***** SUPPLIED ENTRIES
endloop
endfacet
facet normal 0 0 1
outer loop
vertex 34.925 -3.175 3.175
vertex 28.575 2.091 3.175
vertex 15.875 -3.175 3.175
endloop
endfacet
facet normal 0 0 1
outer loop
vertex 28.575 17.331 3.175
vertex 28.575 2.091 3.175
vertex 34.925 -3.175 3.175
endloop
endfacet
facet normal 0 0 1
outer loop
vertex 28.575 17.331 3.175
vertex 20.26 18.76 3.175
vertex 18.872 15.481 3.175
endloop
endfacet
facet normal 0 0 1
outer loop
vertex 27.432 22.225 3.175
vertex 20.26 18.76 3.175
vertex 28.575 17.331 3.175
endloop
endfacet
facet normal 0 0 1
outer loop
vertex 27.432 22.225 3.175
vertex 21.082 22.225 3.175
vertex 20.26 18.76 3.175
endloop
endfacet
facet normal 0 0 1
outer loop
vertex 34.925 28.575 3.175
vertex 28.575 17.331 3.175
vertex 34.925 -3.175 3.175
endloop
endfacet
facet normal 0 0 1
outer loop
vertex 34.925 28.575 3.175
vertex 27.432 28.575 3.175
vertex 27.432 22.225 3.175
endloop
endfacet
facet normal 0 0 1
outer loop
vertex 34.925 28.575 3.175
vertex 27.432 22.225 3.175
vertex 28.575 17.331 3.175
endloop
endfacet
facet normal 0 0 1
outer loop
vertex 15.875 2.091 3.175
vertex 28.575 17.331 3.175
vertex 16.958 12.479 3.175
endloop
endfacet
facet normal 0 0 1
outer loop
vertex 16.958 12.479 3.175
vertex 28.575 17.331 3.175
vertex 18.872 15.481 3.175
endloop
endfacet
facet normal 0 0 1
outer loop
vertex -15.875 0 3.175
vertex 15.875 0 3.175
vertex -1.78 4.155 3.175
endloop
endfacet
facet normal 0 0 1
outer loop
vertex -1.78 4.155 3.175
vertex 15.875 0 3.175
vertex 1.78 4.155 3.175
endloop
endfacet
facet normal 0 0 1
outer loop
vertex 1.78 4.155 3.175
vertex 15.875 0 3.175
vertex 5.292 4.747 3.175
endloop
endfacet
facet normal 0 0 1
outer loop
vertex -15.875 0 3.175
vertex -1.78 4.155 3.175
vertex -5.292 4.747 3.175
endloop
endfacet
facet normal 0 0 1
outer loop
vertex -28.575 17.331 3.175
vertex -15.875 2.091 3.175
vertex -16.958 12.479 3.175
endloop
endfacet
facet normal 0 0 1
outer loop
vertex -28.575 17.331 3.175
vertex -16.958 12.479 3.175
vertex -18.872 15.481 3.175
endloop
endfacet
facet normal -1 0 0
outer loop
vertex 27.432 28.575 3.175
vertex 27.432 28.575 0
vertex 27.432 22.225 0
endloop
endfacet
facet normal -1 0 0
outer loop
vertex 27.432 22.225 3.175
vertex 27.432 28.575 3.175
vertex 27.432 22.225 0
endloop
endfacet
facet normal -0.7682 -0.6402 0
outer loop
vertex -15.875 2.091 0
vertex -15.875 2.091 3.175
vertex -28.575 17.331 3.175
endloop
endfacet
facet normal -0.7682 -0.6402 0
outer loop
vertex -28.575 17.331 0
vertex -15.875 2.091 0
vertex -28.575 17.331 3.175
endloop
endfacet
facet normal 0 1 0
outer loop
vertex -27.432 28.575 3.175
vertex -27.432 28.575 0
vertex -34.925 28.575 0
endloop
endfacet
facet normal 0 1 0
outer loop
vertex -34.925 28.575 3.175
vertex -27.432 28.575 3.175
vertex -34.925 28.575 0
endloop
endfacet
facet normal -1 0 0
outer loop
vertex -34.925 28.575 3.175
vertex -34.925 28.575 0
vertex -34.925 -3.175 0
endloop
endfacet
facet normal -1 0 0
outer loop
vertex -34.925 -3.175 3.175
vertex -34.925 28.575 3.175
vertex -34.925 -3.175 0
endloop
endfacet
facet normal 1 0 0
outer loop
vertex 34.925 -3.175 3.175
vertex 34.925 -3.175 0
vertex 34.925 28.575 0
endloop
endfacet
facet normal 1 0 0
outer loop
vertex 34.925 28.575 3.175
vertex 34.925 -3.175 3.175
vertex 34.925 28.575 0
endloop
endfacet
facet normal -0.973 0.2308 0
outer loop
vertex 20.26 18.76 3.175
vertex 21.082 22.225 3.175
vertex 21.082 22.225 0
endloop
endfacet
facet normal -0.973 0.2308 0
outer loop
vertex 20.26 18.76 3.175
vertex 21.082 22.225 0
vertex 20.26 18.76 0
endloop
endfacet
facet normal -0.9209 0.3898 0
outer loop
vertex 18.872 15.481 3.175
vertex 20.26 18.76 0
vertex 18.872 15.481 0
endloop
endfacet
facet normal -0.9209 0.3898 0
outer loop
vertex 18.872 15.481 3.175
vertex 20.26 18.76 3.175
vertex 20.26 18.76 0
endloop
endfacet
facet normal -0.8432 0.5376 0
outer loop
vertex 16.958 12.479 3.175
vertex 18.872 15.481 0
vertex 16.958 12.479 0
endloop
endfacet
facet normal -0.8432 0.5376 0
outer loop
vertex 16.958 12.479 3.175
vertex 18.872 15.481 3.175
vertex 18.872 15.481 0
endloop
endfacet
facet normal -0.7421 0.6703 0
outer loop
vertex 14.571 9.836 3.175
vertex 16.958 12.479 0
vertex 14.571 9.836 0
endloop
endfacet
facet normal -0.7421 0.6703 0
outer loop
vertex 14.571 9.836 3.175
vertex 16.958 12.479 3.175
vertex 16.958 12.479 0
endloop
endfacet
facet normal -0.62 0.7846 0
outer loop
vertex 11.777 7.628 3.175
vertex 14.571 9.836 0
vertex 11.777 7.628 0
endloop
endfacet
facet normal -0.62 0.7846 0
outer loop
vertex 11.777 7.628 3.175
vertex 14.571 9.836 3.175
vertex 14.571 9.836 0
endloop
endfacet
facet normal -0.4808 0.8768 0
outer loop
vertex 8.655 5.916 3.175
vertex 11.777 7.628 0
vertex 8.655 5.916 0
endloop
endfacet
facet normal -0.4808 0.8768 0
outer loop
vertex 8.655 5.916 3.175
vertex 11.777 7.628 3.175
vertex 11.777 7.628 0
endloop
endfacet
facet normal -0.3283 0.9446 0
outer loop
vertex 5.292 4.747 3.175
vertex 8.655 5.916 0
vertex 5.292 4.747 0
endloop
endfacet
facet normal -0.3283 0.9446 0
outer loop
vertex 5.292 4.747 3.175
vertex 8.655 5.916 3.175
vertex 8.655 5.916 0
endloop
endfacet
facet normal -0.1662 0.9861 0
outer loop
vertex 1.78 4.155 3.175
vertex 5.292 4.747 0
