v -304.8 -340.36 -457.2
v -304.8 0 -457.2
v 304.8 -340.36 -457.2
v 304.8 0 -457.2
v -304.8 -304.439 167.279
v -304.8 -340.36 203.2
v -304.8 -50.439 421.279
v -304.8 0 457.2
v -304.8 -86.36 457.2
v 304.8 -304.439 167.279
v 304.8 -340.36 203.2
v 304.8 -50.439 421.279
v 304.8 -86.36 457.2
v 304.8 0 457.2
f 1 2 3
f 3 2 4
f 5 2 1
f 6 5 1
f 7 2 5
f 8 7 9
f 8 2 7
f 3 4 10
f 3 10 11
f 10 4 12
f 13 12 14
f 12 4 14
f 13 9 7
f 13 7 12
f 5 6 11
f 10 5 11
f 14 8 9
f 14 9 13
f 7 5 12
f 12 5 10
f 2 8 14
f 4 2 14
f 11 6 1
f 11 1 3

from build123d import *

# Parameters (mm, degrees)
F0_W     = 609.6
F0_H     = 914.4
F1_DEPTH = 340.36
F2_SIZE  = 254
F3_DEPTH = 50.8


with BuildPart() as f1:
    # F0 (on Front) → F1 (new body)
    with BuildSketch(Plane.XZ):
        Rectangle(F0_W, F0_H)
    extrude(amount=F1_DEPTH)

    # F2
    f2_edges = [f1.edges().sort_by_distance(p)[0] for p in [
        (0, -340.36, 457.2),
    ]]
    chamfer(f2_edges, length=F2_SIZE)

    # F3 (cut): a face of the model
    f3_faces = [f1.faces().sort_by_distance(p)[0] for p in [
        (0, -213.36, 330.2),
    ]]
    extrude(f3_faces, amount=-F3_DEPTH, mode=Mode.SUBTRACT)


solid = f1.part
**********
— REQUIREMENT —
The line containing "v 304.8 -304.439 167.279" and every line after it, through the last one above, should be written out word for word.

— FINISHED EXERCISE —
v 304.8 -304.439 167.279
v 304.8 -340.36 203.2
v 304.8 -50.439 421.279
v 304.8 -86.36 457.2
v 304.8 0 457.2
f 1 2 3
f 3 2 4
f 5 2 1
f 6 5 1
f 7 2 5
f 8 7 9
f 8 2 7
f 3 4 10
f 3 10 11
f 10 4 12
f 13 12 14
f 12 4 14
f 13 9 7
f 13 7 12
f 5 6 11
f 10 5 11
f 14 8 9
f 14 9 13
f 7 5 12
f 12 5 10
f 2 8 14
f 4 2 14
f 11 6 1
f 11 1 3

from build123d import *

# Parameters (mm, degrees)
F0_W     = 609.6
F0_H     = 914.4
F1_DEPTH = 340.36
F2_SIZE  = 254
F3_DEPTH = 50.8


with BuildPart() as f1:
    # F0 (on Front) → F1 (new body)
    with BuildSketch(Plane.XZ):
        Rectangle(F0_W, F0_H)
    extrude(amount=F1_DEPTH)

    # F2
    f2_edges = [f1.edges().sort_by_distance(p)[0] for p in [
        (0, -340.36, 457.2),
    ]]
    chamfer(f2_edges, length=F2_SIZE)

    # F3 (cut): a face of the model
    f3_faces = [f1.faces().sort_by_distance(p)[0] for p in [
        (0, -213.36, 330.2),
    ]]
    extrude(f3_faces, amount=-F3_DEPTH, mode=Mode.SUBTRACT)


solid = f1.part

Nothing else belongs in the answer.